The second quarter was especially brutal, as Columbia hit just four of 13 shots and was outscored by 10. It “sticks out like a sore thumb in my mind right now,” head coach Megan Griffith told reporters postgame.

Senior guard Abbey Hsu, who was named an AP All-America Honorable Mention on Wednesday, particularly struggled offensively, missing nine straight 3-pointers after making her first two. She ends her career with 375 made 3-pointers, nearly 100 more than any other player in Ivy League women’s basketball history, and as the third-highest scorer in Ivy history with 2,126 career points.

Columbia also had 12 assists against 18 turnovers, with eight of those turnovers coming in the second quarter. Vanderbilt pressed the Lions, which led to some poor decisions. “Their defense is different to what we’ve seen before,” junior point guard Kitty Henderson told reporters afterward. “I think they make you second-guess yourself.”

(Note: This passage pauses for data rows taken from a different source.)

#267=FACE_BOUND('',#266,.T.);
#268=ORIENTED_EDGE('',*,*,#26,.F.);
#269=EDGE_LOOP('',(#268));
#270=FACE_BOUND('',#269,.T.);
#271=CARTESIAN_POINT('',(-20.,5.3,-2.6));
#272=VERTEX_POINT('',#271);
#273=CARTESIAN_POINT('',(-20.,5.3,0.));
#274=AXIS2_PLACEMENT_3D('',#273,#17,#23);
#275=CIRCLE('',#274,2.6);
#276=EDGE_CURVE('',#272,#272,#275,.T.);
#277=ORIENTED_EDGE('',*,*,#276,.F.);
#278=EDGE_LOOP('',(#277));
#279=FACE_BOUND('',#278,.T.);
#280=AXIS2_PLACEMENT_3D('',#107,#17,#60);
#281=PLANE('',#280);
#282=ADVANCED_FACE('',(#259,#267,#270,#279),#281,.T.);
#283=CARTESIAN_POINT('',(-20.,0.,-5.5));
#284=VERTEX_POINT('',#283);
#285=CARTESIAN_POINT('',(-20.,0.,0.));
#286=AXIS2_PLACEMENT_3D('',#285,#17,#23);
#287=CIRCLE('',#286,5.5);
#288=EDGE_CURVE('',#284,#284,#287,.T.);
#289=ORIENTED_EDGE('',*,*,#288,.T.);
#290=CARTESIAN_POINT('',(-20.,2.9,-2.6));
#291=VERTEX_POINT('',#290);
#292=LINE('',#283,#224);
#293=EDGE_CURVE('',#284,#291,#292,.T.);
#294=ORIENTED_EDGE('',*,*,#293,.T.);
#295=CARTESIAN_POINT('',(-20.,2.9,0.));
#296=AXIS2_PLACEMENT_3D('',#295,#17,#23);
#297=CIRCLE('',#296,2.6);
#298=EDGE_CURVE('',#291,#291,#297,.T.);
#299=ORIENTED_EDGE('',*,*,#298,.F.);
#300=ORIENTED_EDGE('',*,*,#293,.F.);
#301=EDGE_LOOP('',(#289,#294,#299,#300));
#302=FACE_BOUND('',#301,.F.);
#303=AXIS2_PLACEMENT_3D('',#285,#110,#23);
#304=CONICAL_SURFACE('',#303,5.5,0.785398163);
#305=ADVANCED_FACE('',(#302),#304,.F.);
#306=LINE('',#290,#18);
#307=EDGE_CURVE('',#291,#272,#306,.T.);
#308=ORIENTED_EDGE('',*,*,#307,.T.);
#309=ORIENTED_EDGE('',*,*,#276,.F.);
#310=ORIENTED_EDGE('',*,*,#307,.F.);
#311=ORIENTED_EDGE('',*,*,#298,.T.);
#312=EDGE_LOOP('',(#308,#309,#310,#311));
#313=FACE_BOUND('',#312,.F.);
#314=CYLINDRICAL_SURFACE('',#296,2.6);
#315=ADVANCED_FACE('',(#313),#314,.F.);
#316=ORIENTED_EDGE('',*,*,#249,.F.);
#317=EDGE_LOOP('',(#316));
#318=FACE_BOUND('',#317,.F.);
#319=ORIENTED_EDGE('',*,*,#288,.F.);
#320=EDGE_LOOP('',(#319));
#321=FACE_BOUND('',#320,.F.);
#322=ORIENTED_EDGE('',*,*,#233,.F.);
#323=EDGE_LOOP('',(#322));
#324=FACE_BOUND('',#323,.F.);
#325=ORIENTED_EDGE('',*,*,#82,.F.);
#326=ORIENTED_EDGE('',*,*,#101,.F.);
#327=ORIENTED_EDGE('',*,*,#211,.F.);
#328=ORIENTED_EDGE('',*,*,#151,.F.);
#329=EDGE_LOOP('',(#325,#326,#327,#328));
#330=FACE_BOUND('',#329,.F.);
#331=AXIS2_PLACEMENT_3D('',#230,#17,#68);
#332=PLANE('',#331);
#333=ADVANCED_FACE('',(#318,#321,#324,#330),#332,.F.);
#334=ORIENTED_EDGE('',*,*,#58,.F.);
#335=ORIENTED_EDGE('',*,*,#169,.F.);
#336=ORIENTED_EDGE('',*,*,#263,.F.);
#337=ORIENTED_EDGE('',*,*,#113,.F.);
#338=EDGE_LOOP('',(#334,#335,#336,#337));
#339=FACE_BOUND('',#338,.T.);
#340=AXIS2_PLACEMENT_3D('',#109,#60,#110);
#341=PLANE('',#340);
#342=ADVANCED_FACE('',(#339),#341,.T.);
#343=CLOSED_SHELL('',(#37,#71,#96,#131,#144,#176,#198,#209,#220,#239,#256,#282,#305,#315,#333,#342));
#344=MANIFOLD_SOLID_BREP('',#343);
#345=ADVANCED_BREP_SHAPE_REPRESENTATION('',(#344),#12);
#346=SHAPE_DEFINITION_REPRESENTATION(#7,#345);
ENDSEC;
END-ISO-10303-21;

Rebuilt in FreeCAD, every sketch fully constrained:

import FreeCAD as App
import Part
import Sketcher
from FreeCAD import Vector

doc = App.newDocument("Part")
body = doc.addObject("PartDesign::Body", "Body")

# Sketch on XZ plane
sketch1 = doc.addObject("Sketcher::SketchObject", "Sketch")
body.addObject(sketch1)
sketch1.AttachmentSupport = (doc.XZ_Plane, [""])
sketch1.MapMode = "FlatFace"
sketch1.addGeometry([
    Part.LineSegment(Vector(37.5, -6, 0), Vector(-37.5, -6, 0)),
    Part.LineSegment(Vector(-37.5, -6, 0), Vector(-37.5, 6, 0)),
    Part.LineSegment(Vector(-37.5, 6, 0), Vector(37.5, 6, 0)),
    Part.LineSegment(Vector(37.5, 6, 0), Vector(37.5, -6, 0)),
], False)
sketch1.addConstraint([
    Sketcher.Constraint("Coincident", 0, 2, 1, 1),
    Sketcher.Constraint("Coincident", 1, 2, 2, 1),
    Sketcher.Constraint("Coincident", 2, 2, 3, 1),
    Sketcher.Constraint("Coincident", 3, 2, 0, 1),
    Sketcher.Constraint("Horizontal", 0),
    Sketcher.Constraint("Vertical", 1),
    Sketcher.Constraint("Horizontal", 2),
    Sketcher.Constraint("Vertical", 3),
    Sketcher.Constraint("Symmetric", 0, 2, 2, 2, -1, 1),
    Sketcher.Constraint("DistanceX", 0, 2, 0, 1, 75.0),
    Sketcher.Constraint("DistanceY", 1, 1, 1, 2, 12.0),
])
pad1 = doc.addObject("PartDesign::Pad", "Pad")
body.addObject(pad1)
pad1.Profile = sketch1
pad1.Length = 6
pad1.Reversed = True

Defensively, the Lions shut down the Commodores for stretches but struggled to contain them when the ball entered the post. 6’2 Commodores forward Sacha Washington had 16 points on 8-for-9 shooting and 15 rebounds. Hsu told reporters postgame that she and her teammates were locked into their individual matchups but not fully connected as a group, which led to a lack of help in the post against Washington and others.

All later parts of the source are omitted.